Now that the men have been returned to Venezuela, they are being screened by the Venezuelan government and then will be released to reconnect with family. Stories of abuse in CECOT have already emerged, with one man, musician Arturo Suárez, saying he was beaten daily. The Venezuelan government has said it will set up a commission to investigate abuses against the men as well.
Crucially, the United States has acknowledged that some of the men may wish to return to the United States to get the due process they were previously denied; or to seek asylum in proceedings that were halted after their imprisonment. In a statement to a federal judge, the Trump administration acknowledged that they would “facilitate” the return of any of the men pursuant to court order.
The men who were imprisoned in CECOT had cases in a variety of procedural postures.

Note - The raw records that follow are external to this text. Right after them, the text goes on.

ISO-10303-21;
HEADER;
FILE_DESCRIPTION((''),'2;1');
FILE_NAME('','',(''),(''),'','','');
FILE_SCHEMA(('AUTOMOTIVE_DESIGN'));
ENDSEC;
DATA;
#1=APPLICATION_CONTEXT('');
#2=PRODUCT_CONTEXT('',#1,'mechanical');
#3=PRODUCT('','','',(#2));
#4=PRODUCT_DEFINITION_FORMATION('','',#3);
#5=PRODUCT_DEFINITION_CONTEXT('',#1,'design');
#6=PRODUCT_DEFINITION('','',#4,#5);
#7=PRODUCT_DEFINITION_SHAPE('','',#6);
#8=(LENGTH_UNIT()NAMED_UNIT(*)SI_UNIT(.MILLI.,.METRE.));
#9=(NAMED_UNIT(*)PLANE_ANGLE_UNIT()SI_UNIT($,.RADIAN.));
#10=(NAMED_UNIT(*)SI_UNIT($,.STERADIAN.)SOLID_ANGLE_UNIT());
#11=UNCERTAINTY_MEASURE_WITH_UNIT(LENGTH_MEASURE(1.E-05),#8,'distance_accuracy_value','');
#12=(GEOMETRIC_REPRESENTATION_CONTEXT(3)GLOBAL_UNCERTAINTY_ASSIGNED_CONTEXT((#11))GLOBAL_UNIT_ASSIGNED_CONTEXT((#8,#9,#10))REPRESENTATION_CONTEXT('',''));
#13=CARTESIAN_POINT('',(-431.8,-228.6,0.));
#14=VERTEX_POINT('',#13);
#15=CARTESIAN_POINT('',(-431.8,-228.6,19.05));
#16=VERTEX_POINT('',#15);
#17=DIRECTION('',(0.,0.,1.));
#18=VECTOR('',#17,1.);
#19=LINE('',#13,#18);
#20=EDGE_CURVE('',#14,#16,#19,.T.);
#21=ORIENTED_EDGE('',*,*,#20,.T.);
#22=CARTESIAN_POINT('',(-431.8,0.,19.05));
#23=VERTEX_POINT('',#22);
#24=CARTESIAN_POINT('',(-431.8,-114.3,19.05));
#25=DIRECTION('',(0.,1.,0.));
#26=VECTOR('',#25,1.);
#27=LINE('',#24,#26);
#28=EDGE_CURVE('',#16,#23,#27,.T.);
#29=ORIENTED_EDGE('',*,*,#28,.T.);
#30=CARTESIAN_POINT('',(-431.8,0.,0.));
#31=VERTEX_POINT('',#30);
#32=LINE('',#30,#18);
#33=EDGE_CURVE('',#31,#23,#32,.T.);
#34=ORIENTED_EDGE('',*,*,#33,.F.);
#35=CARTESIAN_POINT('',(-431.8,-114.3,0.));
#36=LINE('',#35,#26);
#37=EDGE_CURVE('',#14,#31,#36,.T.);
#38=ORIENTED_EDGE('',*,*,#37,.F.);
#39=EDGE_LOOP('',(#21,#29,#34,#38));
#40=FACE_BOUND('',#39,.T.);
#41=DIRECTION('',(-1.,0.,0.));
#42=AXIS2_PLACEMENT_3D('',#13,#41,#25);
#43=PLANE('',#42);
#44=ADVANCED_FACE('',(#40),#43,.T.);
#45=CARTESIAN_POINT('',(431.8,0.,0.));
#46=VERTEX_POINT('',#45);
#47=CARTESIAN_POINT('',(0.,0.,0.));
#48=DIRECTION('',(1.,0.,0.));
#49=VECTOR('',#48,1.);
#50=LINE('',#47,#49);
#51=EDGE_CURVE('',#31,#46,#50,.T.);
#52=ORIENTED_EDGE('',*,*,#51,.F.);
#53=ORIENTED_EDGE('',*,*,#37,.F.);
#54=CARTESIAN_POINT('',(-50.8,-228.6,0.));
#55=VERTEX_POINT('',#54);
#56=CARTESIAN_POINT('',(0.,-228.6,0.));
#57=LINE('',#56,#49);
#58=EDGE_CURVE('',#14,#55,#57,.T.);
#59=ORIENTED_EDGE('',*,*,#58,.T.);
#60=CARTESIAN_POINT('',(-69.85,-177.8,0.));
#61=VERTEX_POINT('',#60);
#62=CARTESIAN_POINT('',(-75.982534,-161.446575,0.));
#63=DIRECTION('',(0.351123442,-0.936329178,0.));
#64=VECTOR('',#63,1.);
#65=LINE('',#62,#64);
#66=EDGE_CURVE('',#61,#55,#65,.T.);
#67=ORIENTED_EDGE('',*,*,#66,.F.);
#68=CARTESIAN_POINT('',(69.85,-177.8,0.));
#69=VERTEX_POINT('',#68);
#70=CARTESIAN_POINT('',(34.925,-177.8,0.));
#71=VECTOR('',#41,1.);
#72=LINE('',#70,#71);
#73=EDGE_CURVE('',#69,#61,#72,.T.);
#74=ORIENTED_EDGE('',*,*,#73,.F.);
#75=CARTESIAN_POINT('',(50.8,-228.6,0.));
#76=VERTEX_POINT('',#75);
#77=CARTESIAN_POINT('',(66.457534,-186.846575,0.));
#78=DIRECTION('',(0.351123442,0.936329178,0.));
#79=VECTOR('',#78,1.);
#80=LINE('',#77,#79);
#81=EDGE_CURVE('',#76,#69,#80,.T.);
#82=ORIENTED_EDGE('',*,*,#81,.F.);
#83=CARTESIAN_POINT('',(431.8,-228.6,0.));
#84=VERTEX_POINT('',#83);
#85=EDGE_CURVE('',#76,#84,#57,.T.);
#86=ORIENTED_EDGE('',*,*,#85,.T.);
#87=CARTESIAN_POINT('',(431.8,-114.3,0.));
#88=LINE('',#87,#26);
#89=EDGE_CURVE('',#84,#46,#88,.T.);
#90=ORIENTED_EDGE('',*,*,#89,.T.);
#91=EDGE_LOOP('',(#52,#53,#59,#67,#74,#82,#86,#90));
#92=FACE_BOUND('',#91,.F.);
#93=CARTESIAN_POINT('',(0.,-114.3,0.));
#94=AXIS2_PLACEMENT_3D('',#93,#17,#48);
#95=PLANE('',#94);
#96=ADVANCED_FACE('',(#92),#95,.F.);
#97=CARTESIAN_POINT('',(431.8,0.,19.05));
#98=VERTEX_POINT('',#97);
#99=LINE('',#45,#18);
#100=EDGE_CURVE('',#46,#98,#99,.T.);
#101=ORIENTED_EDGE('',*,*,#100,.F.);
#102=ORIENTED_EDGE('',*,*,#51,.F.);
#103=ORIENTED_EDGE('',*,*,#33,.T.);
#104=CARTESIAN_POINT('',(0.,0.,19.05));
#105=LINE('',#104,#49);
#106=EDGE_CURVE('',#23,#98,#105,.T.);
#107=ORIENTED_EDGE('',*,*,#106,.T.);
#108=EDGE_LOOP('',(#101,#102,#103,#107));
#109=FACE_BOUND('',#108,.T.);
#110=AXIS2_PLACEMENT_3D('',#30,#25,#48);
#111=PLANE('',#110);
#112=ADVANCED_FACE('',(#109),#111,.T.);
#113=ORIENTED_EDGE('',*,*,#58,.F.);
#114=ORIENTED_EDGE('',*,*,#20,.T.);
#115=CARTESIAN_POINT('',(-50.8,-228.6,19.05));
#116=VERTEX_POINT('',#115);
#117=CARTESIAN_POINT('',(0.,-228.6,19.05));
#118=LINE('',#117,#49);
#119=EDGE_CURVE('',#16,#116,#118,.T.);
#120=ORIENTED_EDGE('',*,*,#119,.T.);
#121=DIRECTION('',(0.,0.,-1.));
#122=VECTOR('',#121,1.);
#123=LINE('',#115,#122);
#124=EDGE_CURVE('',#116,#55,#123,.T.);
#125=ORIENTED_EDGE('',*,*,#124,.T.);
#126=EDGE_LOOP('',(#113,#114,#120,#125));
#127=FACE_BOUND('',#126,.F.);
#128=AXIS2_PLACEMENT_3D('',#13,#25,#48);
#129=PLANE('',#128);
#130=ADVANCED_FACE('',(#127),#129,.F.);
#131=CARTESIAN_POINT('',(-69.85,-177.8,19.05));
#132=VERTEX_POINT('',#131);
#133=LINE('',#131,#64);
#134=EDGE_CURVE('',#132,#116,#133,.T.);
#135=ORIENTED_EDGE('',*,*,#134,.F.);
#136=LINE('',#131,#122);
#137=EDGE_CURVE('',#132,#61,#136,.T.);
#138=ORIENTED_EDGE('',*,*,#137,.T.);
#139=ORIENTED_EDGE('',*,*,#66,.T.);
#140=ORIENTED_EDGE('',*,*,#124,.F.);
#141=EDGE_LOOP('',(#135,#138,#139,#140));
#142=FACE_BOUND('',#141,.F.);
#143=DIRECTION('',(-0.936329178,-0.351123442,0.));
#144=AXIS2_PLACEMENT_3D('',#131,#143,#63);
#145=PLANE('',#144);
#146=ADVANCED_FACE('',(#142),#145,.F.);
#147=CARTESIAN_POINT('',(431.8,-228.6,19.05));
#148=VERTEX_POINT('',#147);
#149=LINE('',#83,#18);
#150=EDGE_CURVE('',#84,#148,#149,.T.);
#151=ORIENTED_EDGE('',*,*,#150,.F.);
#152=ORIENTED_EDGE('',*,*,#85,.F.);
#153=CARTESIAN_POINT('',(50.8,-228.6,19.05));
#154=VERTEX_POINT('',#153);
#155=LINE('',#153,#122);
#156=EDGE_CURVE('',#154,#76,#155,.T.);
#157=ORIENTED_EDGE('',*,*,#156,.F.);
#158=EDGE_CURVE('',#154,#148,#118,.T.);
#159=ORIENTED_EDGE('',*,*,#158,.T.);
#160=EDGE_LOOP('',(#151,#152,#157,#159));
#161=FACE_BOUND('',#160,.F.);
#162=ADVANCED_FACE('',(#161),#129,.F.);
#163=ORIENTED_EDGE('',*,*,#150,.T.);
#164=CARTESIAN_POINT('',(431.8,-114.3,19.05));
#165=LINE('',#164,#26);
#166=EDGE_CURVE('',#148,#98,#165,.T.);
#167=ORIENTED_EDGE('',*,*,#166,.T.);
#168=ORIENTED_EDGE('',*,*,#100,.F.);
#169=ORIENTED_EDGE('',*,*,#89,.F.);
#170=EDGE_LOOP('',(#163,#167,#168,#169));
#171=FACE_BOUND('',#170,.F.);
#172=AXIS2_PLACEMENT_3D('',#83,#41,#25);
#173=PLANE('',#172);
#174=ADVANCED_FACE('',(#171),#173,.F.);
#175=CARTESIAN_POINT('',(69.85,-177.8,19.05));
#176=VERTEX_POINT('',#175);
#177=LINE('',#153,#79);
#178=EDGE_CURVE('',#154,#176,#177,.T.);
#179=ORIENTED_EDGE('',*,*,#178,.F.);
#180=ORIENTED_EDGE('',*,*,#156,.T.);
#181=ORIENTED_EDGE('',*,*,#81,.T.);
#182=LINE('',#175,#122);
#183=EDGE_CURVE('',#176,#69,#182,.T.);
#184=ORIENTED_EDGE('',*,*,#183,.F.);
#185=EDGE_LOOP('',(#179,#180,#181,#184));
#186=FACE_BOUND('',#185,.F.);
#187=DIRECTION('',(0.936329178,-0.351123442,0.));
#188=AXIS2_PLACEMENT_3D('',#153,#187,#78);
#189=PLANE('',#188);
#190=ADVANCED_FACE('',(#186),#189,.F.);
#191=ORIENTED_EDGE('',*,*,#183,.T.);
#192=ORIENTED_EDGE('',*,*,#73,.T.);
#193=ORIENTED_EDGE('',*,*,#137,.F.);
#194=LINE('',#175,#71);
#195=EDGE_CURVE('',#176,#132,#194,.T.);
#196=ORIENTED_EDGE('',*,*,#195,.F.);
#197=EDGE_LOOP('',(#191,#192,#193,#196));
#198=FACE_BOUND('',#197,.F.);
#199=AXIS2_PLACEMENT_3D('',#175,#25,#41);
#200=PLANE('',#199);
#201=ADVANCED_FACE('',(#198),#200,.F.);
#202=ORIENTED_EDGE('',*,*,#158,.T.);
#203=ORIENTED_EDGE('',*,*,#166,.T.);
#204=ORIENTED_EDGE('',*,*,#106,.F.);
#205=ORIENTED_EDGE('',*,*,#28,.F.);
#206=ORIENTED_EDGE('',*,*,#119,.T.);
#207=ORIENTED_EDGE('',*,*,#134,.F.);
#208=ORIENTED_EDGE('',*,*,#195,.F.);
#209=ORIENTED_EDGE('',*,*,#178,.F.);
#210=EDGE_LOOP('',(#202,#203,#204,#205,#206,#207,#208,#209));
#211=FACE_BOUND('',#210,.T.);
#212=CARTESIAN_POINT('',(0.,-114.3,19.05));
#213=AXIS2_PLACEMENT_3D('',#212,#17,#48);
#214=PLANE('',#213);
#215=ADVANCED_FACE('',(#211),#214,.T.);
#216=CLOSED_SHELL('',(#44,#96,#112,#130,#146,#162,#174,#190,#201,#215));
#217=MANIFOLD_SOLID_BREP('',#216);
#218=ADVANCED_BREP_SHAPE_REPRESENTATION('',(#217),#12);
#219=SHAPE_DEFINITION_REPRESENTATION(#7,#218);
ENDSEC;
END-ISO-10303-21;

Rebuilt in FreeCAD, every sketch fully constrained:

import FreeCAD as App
import Part
import Sketcher
from FreeCAD import Vector
Q = App.Units.Quantity

doc = App.newDocument("Part")
body = doc.addObject("PartDesign::Body", "Body")

sketch1 = body.newObject("Sketcher::SketchObject", "Sketch")
sketch1.AttachmentSupport = (doc.getObject("XY_Plane"), [""])
sketch1.MapMode = "FlatFace"
sketch1.addGeometry([
    Part.LineSegment(Vector(-432, 0, 0), Vector(-432, -229, 0)),
    Part.LineSegment(Vector(-432, -229, 0), Vector(432, -229, 0)),
    Part.LineSegment(Vector(432, -229, 0), Vector(432, 0, 0)),
    Part.LineSegment(Vector(432, 0, 0), Vector(-432, 0, 0)),
], False)
sketch1.addConstraint([
    Sketcher.Constraint("Coincident", 0, 2, 1, 1),
    Sketcher.Constraint("Coincident", 1, 2, 2, 1),
    Sketcher.Constraint("Coincident", 2, 2, 3, 1),
    Sketcher.Constraint("Coincident", 3, 2, 0, 1),
    Sketcher.Constraint("Vertical", 0),
    Sketcher.Constraint("Horizontal", 1),
    Sketcher.Constraint("Vertical", 2),
    Sketcher.Constraint("Horizontal", 3),
    Sketcher.Constraint("Symmetric", 2, 2, 3, 2, -1, 1),
    Sketcher.Constraint("DistanceX", 1, 1, 1, 2, Q("34 in")),
    Sketcher.Constraint("DistanceY", 0, 2, 0, 1, Q("9 in")),
])
pad1 = body.newObject("PartDesign::Pad", "Pad")
pad1.Profile = sketch1
pad1.Length = Q("0.75 in")

sketch2 = body.newObject("Sketcher::SketchObject", "Sketch001")
sketch2.AttachmentSupport = (doc.getObject("XY_Plane"), [""])
sketch2.MapMode = "FlatFace"
sketch2.AttachmentOffset = App.Placement(Vector(0, 0, 0.75 * 25.4), App.Rotation())
sketch2.addGeometry([
    Part.LineSegment(Vector(-70, -178, 0), Vector(-51, -229, 0)),
    Part.LineSegment(Vector(-51, -229, 0), Vector(51, -229, 0)),
    Part.LineSegment(Vector(51, -229, 0), Vector(70, -178, 0)),
    Part.LineSegment(Vector(70, -178, 0), Vector(-70, -178, 0)),
], False)
sketch2.addConstraint([
    Sketcher.Constraint("Coincident", 0, 2, 1, 1),
    Sketcher.Constraint("Coincident", 1, 2, 2, 1),
    Sketcher.Constraint("Coincident", 2, 2, 3, 1),
    Sketcher.Constraint("Coincident", 3, 2, 0, 1),
    Sketcher.Constraint("Horizontal", 1),
    Sketcher.Constraint("Horizontal", 3),
    Sketcher.Constraint("Equal", 0, 2),
    Sketcher.Constraint("DistanceX", 1, 1, 1, 2, Q("4 in")),
    Sketcher.Constraint("DistanceX", 3, 2, 3, 1, Q("5.5 in")),
    Sketcher.Constraint("DistanceX", 0, 2, -1, 1, Q("2 in")),
    Sketcher.Constraint("DistanceY", 0, 2, -1, 1, Q("9 in")),
    Sketcher.Constraint("DistanceY", 2, 2, -1, 1, Q("7 in")),
])
pocket1 = body.newObject("PartDesign::Pocket", "Pocket")
pocket1.Profile = sketch2
pocket1.Type = "ThroughAll"

doc.recompute()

Some had already lost their cases and, like the Council’s client Edicson Quintero Chacón, were actively hoping to be deported back to Venezuela, while others had pending cases and strong asylum claims that had yet to be heard. Some have no ties to the United States, while others have family and loved ones there, with at least one person married to a U.S. citizen.
As a result, what happens next is likely to be complicated by those individual factors. Some individuals will file lawsuits or seek to use existing lawsuits as a way to return to the United States and pick up the pieces of the lives that were suddenly disrupted. Others may have no desire or pathway to return to the United States, yet may still seek to pursue litigation to hold the Trump administration accountable for what they did. Still others may fear reprisals from the Maduro government and will seek to leave Venezuela to pursue asylum in a third country.
While the ultimate outcome of these cases is unknown, at least the men are free for now. As their stories of what happened in El Salvador become public, pressure will hopefully build for international accountability. But unfortunately, the United States has indicated a desire to carry out flights similar to those that happened on March 15, and has even floated the possibility of sending U.S. citizens to CECOT. Ultimately, the Supreme Court will have to decide whether Trump overstepped his powers, and what kind of compensation or relief will be available to those whose rights were violated in such a heinous manner.